__PROMPT__:
Up to and including the line with "e8 v2 v8 LINE", reproduce the listing below exactly, beginning at its first line.

__DATASET ENTRIES__:
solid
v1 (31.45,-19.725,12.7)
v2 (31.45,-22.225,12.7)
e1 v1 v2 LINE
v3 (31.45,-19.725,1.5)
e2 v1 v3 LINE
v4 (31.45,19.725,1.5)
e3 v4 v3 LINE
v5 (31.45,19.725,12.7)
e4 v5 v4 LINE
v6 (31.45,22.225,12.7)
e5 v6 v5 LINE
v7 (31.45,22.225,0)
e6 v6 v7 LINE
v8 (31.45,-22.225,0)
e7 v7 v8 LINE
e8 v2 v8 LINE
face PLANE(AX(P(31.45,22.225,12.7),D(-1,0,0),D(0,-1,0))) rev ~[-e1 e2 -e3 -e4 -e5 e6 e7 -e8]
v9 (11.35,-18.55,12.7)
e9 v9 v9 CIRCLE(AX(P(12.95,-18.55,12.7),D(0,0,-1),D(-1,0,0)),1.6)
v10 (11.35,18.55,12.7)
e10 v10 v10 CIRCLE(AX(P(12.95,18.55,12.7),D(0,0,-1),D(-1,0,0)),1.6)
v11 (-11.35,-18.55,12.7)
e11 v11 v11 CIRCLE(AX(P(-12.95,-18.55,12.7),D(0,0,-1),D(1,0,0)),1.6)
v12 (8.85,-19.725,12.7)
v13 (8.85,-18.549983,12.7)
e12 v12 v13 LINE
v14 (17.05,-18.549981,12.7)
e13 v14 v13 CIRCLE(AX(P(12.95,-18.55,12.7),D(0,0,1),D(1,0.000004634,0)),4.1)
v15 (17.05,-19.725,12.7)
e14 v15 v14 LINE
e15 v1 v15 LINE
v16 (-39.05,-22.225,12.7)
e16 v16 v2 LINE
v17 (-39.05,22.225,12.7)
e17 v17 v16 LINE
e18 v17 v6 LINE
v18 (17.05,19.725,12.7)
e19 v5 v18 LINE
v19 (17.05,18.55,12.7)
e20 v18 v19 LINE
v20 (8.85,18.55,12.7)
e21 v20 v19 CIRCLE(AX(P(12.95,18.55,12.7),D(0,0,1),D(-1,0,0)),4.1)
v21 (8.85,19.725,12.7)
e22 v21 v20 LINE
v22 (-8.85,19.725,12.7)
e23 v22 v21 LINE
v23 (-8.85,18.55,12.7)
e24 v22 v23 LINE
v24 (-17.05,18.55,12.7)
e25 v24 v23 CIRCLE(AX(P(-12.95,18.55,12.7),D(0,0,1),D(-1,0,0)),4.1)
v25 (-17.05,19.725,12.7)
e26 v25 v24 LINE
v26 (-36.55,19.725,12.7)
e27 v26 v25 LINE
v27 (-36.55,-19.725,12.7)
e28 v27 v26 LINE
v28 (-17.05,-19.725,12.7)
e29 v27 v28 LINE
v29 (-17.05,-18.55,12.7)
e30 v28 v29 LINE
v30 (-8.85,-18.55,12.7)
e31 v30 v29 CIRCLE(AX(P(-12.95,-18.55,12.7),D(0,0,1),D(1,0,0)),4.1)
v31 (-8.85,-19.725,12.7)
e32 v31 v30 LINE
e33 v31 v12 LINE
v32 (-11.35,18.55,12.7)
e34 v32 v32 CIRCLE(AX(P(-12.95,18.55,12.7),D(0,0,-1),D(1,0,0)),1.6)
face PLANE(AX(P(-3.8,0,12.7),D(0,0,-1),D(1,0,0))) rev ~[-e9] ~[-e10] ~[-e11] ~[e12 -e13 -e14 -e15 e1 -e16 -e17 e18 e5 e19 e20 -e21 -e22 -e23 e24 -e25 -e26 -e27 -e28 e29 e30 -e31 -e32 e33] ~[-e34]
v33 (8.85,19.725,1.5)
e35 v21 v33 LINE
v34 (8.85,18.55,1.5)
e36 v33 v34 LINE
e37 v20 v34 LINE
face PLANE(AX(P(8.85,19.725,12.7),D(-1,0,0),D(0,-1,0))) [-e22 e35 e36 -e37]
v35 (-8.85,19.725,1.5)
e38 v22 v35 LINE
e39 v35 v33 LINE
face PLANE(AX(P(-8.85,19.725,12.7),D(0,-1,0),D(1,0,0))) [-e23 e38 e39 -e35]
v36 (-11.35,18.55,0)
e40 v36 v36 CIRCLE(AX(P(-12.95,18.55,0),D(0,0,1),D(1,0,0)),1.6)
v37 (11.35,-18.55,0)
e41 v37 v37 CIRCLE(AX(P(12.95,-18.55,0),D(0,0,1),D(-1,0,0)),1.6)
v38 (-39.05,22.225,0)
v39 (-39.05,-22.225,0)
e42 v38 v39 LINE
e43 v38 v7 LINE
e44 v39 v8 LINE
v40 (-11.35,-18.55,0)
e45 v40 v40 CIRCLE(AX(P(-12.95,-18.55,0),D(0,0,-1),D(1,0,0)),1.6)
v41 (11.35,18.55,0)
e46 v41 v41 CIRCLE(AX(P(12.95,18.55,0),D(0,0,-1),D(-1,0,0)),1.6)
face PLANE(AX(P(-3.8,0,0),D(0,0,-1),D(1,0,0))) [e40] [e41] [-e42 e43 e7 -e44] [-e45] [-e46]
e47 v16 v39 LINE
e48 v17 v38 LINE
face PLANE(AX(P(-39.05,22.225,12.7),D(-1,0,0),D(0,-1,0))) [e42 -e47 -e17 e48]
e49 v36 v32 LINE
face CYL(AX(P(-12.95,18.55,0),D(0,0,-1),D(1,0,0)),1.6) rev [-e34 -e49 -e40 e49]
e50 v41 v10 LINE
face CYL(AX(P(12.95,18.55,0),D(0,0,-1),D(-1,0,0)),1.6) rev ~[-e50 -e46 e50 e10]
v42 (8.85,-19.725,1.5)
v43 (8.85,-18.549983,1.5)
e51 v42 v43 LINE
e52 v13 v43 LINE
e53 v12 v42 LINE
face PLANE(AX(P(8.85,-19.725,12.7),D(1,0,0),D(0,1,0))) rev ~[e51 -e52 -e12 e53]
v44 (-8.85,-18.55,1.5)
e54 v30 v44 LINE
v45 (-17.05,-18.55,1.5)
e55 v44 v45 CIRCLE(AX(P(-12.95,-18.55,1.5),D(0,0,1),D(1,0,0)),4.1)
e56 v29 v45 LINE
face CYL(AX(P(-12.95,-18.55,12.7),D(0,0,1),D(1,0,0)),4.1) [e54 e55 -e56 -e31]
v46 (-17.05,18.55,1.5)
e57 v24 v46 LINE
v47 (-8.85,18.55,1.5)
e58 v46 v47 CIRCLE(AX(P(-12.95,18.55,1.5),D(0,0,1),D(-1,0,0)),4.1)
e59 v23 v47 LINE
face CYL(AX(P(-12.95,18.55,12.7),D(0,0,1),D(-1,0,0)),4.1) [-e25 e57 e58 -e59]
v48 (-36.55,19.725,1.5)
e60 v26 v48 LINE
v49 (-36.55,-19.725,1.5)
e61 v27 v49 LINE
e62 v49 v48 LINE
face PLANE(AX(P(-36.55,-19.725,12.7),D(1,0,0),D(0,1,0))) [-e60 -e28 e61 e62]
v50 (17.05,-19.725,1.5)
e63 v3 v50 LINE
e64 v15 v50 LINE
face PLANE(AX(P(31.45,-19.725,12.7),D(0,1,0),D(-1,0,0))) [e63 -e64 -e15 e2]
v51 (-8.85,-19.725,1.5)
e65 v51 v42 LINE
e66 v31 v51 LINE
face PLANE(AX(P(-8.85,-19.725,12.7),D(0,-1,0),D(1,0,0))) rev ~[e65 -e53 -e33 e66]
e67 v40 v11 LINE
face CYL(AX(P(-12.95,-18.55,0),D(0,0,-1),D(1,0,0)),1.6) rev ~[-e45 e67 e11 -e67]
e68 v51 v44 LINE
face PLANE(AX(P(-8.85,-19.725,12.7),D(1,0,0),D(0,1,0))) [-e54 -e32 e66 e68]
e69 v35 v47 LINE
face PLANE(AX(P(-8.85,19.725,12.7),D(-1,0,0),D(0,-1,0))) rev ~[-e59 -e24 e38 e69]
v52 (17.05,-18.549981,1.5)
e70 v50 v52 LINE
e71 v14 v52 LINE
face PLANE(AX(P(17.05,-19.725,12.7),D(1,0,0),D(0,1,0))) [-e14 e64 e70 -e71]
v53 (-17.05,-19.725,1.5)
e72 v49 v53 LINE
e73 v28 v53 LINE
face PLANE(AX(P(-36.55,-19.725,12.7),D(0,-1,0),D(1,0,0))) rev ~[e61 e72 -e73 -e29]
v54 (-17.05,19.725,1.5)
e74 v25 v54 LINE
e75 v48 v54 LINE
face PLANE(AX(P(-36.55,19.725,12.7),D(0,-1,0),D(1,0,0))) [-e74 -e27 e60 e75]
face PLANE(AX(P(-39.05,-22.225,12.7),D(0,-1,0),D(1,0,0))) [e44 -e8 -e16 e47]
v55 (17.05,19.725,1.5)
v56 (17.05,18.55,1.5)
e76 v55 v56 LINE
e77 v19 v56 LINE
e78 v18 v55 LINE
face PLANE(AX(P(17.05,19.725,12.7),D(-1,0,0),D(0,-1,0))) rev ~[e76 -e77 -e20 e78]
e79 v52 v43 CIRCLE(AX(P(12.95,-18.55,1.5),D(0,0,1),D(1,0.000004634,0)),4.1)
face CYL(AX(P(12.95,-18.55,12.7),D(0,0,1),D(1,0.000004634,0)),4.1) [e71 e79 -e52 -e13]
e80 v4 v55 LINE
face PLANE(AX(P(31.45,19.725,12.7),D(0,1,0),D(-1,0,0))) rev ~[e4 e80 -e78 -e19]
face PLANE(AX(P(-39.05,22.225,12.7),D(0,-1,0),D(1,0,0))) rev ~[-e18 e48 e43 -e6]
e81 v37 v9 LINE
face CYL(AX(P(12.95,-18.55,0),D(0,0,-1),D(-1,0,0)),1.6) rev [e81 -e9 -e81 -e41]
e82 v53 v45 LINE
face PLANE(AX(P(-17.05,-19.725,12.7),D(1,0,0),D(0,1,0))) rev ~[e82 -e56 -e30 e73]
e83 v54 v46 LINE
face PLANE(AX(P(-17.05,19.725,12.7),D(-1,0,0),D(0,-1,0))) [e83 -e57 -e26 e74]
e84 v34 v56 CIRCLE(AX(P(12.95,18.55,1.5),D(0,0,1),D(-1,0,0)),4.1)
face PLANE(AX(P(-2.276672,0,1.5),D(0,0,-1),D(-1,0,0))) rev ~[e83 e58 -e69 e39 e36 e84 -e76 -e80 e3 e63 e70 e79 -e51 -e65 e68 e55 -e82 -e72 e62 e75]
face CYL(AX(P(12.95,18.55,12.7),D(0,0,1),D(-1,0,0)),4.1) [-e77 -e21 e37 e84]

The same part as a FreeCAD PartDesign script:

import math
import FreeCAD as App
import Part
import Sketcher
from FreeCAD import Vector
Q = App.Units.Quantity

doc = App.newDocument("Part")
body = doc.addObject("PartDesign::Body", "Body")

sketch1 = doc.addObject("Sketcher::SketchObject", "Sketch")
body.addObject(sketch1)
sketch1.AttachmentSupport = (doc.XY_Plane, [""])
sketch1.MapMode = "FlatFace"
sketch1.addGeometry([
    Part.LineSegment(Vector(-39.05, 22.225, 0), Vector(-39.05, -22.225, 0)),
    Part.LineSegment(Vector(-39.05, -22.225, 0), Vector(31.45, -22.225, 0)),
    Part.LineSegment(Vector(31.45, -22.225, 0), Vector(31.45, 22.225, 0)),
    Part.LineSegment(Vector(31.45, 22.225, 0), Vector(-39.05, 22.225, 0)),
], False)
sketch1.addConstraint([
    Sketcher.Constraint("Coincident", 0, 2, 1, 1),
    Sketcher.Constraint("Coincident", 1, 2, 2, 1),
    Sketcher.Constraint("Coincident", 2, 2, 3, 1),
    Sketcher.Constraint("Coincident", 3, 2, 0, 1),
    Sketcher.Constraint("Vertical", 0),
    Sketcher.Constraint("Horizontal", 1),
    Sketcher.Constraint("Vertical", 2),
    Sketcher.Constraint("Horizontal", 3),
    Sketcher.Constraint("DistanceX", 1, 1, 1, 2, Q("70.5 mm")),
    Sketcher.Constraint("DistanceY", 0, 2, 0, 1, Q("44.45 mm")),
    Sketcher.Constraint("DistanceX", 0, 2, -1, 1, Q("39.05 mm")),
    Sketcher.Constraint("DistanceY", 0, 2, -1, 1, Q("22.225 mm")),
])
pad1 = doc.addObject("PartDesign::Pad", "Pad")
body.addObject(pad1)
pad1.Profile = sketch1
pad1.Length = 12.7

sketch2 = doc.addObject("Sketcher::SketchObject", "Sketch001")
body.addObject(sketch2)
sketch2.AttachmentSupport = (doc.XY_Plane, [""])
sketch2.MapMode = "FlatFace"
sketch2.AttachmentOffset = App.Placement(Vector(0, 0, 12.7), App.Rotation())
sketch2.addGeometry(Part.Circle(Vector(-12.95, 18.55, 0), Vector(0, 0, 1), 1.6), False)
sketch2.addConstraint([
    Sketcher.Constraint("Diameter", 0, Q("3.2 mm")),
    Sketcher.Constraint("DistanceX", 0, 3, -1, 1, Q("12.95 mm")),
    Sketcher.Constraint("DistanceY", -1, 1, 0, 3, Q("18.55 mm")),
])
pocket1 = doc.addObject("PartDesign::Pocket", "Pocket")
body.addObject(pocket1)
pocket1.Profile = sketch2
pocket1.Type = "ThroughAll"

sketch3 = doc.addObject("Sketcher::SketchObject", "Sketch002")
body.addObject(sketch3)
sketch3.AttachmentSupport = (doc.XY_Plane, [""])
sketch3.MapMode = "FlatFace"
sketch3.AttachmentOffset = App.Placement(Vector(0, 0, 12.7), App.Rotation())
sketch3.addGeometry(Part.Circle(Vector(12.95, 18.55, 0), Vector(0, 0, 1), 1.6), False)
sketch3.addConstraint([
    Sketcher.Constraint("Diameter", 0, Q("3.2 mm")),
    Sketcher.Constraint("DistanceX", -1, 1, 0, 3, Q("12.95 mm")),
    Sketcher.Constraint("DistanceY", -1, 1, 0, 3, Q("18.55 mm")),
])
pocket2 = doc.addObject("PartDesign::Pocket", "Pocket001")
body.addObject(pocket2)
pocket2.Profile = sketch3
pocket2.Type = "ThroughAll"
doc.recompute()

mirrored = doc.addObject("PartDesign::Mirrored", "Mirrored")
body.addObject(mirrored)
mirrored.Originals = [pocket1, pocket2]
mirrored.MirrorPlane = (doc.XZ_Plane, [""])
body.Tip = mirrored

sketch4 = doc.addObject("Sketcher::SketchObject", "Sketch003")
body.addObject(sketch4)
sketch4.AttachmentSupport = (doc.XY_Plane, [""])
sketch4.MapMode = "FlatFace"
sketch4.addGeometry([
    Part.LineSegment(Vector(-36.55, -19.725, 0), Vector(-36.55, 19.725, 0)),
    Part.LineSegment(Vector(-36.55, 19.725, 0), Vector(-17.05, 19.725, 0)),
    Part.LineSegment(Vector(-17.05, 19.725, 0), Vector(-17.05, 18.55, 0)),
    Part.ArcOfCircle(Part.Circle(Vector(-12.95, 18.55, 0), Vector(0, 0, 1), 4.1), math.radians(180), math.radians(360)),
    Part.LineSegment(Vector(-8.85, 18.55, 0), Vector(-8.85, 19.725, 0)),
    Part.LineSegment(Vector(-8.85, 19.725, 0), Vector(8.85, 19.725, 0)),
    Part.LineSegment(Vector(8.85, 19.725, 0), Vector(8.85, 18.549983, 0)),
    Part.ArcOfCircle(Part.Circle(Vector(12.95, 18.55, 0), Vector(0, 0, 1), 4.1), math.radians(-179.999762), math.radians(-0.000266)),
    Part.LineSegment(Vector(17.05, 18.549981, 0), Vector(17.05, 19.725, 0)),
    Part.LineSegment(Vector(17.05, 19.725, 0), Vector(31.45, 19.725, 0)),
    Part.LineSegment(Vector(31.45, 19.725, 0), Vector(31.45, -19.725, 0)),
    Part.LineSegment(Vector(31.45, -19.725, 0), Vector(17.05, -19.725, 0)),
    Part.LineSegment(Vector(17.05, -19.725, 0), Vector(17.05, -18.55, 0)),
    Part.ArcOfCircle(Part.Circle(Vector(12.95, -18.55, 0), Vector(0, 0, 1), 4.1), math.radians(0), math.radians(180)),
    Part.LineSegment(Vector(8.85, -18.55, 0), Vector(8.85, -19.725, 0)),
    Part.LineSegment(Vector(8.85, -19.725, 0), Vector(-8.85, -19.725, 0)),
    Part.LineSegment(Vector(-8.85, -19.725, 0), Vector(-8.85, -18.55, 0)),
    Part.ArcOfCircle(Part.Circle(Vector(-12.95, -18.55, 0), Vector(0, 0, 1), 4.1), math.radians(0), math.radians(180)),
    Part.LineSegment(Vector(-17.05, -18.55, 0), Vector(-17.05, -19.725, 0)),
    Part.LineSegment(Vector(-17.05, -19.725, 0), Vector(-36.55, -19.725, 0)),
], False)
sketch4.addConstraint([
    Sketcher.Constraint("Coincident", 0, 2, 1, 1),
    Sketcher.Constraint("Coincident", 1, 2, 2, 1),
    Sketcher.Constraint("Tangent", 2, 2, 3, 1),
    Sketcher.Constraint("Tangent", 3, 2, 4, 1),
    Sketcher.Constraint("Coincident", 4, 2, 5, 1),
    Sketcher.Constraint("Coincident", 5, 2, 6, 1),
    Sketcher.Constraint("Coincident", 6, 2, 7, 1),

__SOLUTION FOR THIS TASK__:
solid
v1 (31.45,-19.725,12.7)
v2 (31.45,-22.225,12.7)
e1 v1 v2 LINE
v3 (31.45,-19.725,1.5)
e2 v1 v3 LINE
v4 (31.45,19.725,1.5)
e3 v4 v3 LINE
v5 (31.45,19.725,12.7)
e4 v5 v4 LINE
v6 (31.45,22.225,12.7)
e5 v6 v5 LINE
v7 (31.45,22.225,0)
e6 v6 v7 LINE
v8 (31.45,-22.225,0)
e7 v7 v8 LINE
e8 v2 v8 LINE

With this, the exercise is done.